(Collected data)

##############################

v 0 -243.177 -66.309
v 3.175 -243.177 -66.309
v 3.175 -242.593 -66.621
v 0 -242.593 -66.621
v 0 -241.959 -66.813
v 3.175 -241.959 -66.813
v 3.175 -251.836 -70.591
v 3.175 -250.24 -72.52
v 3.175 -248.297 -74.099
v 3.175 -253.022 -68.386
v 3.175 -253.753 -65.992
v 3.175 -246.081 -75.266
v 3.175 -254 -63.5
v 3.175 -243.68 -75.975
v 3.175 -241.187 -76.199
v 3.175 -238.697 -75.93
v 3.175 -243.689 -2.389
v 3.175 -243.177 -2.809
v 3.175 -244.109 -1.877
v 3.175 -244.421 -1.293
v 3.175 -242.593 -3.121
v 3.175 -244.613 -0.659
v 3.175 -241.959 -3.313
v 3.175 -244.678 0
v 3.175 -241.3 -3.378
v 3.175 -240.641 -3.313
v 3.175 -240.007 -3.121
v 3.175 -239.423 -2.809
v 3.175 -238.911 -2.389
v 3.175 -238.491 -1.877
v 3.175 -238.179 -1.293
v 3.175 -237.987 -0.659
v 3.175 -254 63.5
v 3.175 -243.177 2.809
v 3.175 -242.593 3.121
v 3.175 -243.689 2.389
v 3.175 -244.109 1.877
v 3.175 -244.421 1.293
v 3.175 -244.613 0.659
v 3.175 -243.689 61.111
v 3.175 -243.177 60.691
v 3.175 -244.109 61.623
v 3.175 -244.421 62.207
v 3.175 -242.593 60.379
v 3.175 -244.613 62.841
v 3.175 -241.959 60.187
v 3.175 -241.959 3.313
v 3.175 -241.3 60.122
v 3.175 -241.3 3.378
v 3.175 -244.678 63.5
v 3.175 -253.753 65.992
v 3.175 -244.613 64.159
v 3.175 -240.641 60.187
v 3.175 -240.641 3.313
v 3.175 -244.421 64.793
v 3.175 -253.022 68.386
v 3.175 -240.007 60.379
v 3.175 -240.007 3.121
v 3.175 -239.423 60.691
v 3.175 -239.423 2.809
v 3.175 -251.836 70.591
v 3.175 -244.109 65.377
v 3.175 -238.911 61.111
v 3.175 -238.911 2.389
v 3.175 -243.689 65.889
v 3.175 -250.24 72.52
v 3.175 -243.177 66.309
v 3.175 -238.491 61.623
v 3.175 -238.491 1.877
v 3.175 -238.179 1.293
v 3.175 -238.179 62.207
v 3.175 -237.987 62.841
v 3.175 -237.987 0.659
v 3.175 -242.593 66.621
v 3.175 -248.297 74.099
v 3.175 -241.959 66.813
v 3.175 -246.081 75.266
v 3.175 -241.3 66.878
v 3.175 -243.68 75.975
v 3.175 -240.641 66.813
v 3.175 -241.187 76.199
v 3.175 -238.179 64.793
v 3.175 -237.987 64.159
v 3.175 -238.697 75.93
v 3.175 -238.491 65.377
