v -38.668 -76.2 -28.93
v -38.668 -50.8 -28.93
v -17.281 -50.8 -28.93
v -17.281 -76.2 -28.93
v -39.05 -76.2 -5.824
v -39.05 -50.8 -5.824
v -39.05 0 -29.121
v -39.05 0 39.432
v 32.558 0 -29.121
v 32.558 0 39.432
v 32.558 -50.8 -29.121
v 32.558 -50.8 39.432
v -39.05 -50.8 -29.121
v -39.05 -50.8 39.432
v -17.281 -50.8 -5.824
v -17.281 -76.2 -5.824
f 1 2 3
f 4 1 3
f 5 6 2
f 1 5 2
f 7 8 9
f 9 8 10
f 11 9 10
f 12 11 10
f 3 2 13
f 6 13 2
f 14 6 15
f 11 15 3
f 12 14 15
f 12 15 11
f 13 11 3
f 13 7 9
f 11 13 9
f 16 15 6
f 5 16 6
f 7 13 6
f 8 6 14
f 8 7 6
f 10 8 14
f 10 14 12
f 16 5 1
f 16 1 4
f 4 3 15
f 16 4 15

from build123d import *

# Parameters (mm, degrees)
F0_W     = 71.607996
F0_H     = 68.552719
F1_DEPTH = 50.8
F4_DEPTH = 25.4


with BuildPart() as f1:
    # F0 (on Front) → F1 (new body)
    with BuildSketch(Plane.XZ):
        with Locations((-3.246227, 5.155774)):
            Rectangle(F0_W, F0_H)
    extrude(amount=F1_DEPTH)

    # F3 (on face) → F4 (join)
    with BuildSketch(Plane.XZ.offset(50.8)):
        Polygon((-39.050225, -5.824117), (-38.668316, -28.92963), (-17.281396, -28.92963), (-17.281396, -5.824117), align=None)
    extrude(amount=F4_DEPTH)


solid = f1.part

##############################

Give back every line from the beginning of the records through the line holding "v 3.175 -238.697 -75.93", exactly as it reads, and leave out the rest.

v 0 -243.177 -66.309
v 3.175 -243.177 -66.309
v 3.175 -242.593 -66.621
v 0 -242.593 -66.621
v 0 -241.959 -66.813
v 3.175 -241.959 -66.813
v 3.175 -251.836 -70.591
v 3.175 -250.24 -72.52
v 3.175 -248.297 -74.099
v 3.175 -253.022 -68.386
v 3.175 -253.753 -65.992
v 3.175 -246.081 -75.266
v 3.175 -254 -63.5
v 3.175 -243.68 -75.975
v 3.175 -241.187 -76.199
v 3.175 -238.697 -75.93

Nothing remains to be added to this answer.